I’m fully vaccinated. Thank God for that, since this high blood pressure and going more than a year without a haircut was starting to pose a threat. My wife has now had her second shot and has a fresh sore arm to prove it.
It took Virginia long enough, but we’re finally here. The Centers for Disease Control and Prevention, in all its consistent and totally trustworthy wisdom, says we both can now go outside again and enjoy the world as we did in the before times.
The CDC has cleared children 12 years and older for the vaccine and was reporting that as of Friday 120 million people have been fully vaccinated.
Honestly, that combination of facts is amazing and lowkey frightening. But our son isn’t vaccinated and though things are speeding along with getting the children sorted out, we still don’t know when or if he’ll get his turn. He’s 8 years old and a few years off where science has reached. Thank you, scientists, by the way. You’re doing the lord’s work.
So what do we do now? What are parents supposed to do in a world where the metrics tell us our young children are probably fine to mingle with the un-vaccinated, but the past year and a half tells us, not yet.
From having toilet paper delivered to going back to school already?
We’ve come this far. We’ve dealt with remote learning. We’ve weathered fears of infecting each other. We’ve worn masks literally everywhere. We’ve had everything from water and toilet paper to new office equipment delivered to avoid the outside we’re now told is magically safe again.
Parents of children my son’s age now have to decide if it’s time to put all those precautions and small overreactions aside. Do we send our kids back to school in the fall if a vaccine isn’t available to them? Can we afford, financially and mentally, to do another round of remote learning?

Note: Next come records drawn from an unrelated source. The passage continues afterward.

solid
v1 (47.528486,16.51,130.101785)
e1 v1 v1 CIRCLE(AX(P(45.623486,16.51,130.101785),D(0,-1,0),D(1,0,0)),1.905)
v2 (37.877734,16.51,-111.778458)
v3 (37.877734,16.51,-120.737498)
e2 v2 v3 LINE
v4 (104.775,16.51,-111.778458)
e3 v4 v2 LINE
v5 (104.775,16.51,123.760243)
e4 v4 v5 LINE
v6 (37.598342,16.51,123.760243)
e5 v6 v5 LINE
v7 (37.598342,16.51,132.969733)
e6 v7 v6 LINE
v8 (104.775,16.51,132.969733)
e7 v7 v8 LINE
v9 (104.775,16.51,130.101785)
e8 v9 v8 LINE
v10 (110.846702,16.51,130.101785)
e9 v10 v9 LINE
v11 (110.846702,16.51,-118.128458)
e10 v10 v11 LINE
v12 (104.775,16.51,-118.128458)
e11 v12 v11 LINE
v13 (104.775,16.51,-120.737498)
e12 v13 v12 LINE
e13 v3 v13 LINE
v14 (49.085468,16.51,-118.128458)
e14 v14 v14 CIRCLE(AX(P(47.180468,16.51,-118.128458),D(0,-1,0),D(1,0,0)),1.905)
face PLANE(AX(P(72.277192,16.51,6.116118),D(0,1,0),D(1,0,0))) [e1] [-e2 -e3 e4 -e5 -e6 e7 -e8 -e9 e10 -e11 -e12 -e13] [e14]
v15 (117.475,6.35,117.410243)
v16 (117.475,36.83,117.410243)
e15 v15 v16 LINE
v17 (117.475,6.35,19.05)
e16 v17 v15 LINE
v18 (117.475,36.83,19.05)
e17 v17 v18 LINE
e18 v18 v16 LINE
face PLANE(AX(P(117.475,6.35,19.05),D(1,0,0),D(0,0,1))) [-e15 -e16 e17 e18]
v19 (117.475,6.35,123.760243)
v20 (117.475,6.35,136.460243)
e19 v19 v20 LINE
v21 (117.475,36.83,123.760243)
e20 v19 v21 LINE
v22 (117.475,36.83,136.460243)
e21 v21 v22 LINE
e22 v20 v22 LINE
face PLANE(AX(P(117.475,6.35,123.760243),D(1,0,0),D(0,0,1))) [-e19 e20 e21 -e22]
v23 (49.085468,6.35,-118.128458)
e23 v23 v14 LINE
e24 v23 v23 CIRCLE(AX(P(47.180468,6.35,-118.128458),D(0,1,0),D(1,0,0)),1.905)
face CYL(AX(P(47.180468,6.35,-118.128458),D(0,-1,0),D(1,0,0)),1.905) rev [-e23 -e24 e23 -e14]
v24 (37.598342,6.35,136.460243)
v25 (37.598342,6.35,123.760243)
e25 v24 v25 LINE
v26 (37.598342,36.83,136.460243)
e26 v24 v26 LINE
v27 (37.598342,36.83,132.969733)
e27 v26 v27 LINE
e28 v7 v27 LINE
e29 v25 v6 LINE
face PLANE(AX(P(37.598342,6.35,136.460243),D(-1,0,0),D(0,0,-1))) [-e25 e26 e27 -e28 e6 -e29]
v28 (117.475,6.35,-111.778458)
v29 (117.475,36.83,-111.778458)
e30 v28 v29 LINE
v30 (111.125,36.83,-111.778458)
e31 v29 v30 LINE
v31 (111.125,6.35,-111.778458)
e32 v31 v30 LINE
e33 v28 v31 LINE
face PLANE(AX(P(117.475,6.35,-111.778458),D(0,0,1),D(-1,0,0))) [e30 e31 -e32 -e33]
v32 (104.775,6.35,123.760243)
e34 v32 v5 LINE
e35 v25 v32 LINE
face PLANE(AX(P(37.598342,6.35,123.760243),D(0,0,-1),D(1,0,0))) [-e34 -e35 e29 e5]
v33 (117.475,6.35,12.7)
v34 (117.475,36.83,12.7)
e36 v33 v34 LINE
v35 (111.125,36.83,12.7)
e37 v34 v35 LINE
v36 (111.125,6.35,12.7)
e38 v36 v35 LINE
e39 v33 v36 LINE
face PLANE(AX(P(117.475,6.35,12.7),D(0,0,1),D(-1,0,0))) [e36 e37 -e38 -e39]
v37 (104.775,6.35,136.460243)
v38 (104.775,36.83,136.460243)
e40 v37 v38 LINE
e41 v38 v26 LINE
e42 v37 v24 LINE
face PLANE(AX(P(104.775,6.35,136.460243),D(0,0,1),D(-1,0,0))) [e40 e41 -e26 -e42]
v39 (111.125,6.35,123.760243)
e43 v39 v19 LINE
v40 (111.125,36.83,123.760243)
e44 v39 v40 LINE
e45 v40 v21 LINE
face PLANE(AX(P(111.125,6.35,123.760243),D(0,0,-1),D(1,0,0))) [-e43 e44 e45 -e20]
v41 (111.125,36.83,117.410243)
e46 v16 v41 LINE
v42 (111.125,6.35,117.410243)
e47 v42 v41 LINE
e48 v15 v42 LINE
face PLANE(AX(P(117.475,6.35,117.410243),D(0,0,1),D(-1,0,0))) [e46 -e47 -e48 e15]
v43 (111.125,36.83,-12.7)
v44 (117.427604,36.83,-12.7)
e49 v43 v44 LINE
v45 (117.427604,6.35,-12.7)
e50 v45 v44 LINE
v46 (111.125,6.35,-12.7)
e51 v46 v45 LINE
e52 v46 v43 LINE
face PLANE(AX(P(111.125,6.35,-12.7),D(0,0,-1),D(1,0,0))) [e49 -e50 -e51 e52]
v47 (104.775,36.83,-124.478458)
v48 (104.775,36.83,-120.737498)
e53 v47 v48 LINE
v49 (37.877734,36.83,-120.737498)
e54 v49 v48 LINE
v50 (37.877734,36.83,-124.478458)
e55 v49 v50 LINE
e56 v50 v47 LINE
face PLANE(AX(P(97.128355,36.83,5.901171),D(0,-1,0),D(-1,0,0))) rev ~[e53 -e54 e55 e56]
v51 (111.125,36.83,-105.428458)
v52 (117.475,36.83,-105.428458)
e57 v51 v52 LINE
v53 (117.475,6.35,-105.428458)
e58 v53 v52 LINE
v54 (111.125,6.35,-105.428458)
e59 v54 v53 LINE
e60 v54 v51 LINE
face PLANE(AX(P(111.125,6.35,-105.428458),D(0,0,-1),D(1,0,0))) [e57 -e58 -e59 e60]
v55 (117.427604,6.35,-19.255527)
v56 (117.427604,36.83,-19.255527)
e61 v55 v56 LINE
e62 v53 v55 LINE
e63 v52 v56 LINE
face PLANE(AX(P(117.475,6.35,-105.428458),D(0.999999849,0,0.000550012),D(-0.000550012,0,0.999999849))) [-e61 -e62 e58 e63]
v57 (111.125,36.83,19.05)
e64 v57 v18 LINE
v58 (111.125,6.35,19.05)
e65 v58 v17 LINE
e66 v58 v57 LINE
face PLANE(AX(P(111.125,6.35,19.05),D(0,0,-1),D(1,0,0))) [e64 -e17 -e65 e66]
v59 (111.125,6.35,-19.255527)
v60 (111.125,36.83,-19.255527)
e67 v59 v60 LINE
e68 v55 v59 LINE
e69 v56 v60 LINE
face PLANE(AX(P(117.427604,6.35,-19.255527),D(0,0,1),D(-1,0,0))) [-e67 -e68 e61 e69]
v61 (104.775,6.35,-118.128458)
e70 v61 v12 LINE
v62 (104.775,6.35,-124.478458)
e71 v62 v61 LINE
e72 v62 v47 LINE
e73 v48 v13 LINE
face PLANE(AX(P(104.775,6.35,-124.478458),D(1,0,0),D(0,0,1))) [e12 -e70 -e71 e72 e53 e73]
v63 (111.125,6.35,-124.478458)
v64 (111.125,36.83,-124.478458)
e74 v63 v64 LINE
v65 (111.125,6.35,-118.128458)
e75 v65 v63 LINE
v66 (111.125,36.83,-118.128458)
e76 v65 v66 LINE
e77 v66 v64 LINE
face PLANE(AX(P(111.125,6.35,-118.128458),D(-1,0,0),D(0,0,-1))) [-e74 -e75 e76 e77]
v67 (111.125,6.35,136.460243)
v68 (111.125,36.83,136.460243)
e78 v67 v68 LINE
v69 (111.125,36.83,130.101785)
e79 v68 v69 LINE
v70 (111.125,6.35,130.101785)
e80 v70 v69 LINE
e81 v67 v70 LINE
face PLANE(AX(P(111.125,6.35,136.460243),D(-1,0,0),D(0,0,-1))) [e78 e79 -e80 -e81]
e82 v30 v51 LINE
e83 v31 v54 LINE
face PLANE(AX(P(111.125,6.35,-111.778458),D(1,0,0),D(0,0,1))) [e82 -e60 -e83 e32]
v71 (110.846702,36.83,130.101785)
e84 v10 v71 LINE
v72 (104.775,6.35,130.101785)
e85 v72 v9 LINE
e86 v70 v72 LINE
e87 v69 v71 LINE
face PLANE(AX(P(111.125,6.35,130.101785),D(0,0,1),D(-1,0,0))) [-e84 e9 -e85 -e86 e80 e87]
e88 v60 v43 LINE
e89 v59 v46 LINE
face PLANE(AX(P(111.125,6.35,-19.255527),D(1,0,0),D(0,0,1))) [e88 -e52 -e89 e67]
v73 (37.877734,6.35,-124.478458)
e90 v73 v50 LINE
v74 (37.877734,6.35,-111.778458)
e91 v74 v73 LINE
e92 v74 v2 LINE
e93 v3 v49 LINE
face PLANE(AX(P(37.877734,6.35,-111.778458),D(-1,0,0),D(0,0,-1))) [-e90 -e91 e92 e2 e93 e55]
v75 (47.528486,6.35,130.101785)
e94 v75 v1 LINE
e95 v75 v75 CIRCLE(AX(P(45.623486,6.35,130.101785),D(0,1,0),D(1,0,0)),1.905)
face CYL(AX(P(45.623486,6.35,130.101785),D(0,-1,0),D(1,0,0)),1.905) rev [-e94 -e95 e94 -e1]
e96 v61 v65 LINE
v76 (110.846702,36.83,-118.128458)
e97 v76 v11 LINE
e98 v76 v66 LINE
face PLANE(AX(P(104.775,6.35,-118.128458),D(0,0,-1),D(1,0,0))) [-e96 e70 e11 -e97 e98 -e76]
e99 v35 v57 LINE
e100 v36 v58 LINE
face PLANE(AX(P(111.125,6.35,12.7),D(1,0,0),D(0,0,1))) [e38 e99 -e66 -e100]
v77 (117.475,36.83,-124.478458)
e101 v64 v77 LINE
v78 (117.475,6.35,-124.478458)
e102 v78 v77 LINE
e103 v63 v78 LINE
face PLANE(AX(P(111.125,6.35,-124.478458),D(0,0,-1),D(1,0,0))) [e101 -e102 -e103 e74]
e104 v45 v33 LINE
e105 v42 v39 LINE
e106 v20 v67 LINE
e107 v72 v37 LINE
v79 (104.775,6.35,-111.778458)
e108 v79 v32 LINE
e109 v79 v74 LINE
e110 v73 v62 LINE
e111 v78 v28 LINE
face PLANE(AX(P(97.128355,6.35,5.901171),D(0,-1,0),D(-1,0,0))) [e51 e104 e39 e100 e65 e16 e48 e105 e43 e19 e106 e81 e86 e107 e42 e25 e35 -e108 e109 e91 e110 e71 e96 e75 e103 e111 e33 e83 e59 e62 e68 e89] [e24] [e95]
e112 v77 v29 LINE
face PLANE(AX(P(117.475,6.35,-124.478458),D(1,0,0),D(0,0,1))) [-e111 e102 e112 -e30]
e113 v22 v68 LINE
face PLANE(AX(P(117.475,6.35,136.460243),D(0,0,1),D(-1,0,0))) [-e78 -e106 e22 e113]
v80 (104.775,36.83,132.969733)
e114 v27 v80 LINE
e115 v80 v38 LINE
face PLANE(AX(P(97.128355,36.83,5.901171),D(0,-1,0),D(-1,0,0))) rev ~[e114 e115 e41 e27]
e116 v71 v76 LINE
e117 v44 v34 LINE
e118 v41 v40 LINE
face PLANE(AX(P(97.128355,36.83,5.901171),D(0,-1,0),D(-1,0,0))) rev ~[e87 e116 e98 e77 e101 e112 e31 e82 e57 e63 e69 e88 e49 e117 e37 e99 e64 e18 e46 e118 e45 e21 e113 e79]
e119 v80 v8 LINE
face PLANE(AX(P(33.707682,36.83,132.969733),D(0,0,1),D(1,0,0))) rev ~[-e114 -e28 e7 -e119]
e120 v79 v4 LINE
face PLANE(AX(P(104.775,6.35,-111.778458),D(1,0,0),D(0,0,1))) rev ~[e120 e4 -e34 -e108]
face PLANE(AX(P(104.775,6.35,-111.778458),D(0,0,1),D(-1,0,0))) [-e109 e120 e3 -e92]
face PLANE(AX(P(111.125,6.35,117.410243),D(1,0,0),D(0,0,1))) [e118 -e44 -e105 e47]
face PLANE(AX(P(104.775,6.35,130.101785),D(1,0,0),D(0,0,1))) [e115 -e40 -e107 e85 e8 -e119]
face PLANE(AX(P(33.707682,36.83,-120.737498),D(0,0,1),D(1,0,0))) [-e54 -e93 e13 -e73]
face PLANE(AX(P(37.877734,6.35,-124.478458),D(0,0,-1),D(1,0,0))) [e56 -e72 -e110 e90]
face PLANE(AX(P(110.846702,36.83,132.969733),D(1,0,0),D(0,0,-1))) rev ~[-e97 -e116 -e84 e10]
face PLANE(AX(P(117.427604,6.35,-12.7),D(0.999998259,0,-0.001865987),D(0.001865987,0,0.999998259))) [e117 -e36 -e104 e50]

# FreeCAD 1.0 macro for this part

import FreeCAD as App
import Part
import Sketcher

V = App.Vector
Q = App.Units.Quantity


def add_polygon(sketch, points):
    """Adds a closed chain of lines whose ends are joined by coincident constraints."""
    first, n = sketch.GeometryCount, len(points)
    for a, b in zip(points, points[1:] + points[:1]):
        sketch.addGeometry(Part.LineSegment(App.Vector(*a, 0), App.Vector(*b, 0)), False)
    for i in range(n):
        sketch.addConstraint(Sketcher.Constraint("Coincident", first + i, 2, first + (i + 1) % n, 1))

doc = App.newDocument("Part")
body = doc.addObject("PartDesign::Body", "Body")

# Sketch on XZ plane
sketch1 = body.newObject("Sketcher::SketchObject", "Sketch")
sketch1.AttachmentSupport = (doc.getObject("XZ_Plane"), [""])
sketch1.MapMode = "FlatFace"
sketch1.AttachmentOffset = App.Placement(V(0, 0, -0.25 * 25.4), App.Rotation())
add_polygon(sketch1, [(104.775, -124.478458), (37.877734, -124.478458), (37.877734, -111.778458), (104.775, -111.778458), (104.775, 123.760243), (37.598342, 123.760243), (37.598342, 136.460243), (104.775, 136.460243), (104.775, 130.101785), (111.125, 130.101785), (111.125, 136.460243), (117.475, 136.460243), (117.475, 123.760243), (111.125, 123.760243), (111.125, 117.410243), (117.475, 117.410243), (117.475, 19.05), (111.125, 19.05), (111.125, 12.7), (117.475, 12.7), (117.427604, -12.7), (111.125, -12.7), (111.125, -19.255527), (117.427604, -19.255527), (117.475, -105.428458), (111.125, -105.428458), (111.125, -111.778458), (117.475, -111.778458), (117.475, -124.478458), (111.125, -124.478458), (111.125, -118.128458), (104.775, -118.128458)])  # lines 0-31
sketch1.addGeometry(Part.Circle(V(45.623486, 130.101785, 0), V(0, 0, 1), 1.905), False)  # 32
sketch1.addGeometry(Part.Circle(V(47.180468, -118.128458, 0), V(0, 0, 1), 1.905), False)  # 33
sketch1.addConstraint([
    Sketcher.Constraint("Horizontal", 0),
    Sketcher.Constraint("Vertical", 1),
    Sketcher.Constraint("Horizontal", 2),
    Sketcher.Constraint("Vertical", 3),
    Sketcher.Constraint("Horizontal", 4),
    Sketcher.Constraint("Vertical", 5),
    Sketcher.Constraint("Horizontal", 6),
    Sketcher.Constraint("Vertical", 7),
    Sketcher.Constraint("Horizontal", 8),
    Sketcher.Constraint("Vertical", 9),
    Sketcher.Constraint("Horizontal", 10),
    Sketcher.Constraint("Vertical", 11),
    Sketcher.Constraint("Horizontal", 12),
    Sketcher.Constraint("Vertical", 13),
    Sketcher.Constraint("Horizontal", 14),
    Sketcher.Constraint("Vertical", 15),
    Sketcher.Constraint("Horizontal", 16),
    Sketcher.Constraint("Vertical", 17),
    Sketcher.Constraint("Horizontal", 18),
    Sketcher.Constraint("Horizontal", 20),
    Sketcher.Constraint("Vertical", 21),
    Sketcher.Constraint("Horizontal", 22),
    Sketcher.Constraint("Horizontal", 24),
    Sketcher.Constraint("Vertical", 25),
    Sketcher.Constraint("Horizontal", 26),
    Sketcher.Constraint("Vertical", 27),
    Sketcher.Constraint("Horizontal", 28),
    Sketcher.Constraint("Vertical", 29),
    Sketcher.Constraint("Horizontal", 30),
    Sketcher.Constraint("Vertical", 31),
    Sketcher.Constraint("Equal", 32, 33),
    Sketcher.Constraint("Symmetric", 17, 2, 20, 2, -1),
    Sketcher.Constraint("Horizontal", 32, 3, 7, 2),
    Sketcher.Constraint("Horizontal", 6, 2, 9, 2),
    Sketcher.Constraint("Horizontal", 4, 2, 11, 2),
    Sketcher.Constraint("Horizontal", 2, 2, 25, 2),
    Sketcher.Constraint("Horizontal", 0, 2, 27, 2),
    Sketcher.Constraint("Horizontal", 33, 3, 29, 2),
    Sketcher.Constraint("Vertical", 3, 2, 6, 2),
    Sketcher.Constraint("Vertical", 9, 2, 12, 2),
    Sketcher.Constraint("Vertical", 11, 2, 14, 2),
    Sketcher.Constraint("Vertical", 13, 2, 16, 2),
    Sketcher.Constraint("Vertical", 15, 2, 18, 2),
    Sketcher.Constraint("Vertical", 19, 2, 22, 2),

Then there are the families who have immunocompromised children or children with disabilities. Those kids either don’t have the immune system for any kind of infection or have almost zero chance of sticking to the lingering COVID restrictions schools will impose. My autistic son, for example, will have real trouble sticking to strict spatial and distancing rules.
What if it’s your kid?:Parents of young children feel forgotten as CDC loosens mask restrictions
He wears his mask when he goes outside but that won’t matter if he’s in a room of students who will either have problems keeping the mask on or will inevitably be told it’s fine to take them off.
And for those wondering, it’s not too soon to be asking those questions. Our district already made us choose.
A little more than 77 percent of families chose in-personal learning, according to data released by the district. Another 17 percent will default to that because they didn’t choose. We would fall in the 5 percent who chose virtual learning. Only we went another way.
Light at the end of the tunnel? We see it, too, but it’s farther for us
We chose to break free of the whole system. We’re going to home school. All the signs point to it being safe for our son to return to the classroom, given those restrictions. But we’re just not ready to play what if this close to certainty.
Teachers have told us it will be a challenge for him to stick to those guidelines. And the district has made it clear that enforcing distance rules will be hard.
Home schooling is not something we take lightly or are overly excited about, if I’m being honest.
Distance learning has been rough. We both have college degrees and love this child more than our next breath. But, we do not have the skill set or patience of his sainted teachers. I don’t know how teachers do what they do. But thank the heavens for them and for those who have already offered to help with lesson plans.
We’re talking about a kid who knew the alphabet before he started preschool and can do math and read above his grade level. The other day he showed my wife how to change the time on her phone.
But put a Zoom classroom in front of him and good luck. Try to stick to a remote schedule when the living room is downstairs.
He just now said, “I want to do social studies downstairs while playing Minecraft”.
We just decided that we’ve come too far. We’ve been too safe. We’ve isolated too long to just shrug and leave it up to chance.
I’m very excited about the progress we’ve made on vaccines and have full faith that my son will have his day. And I’m happy for the families who can start getting back to normal and who are seeing the light at the of this scary and heart-breaking tunnel.
Just please give the rest of us a moment or two. We’ll see you on the other side soon enough, with our masks around our neck.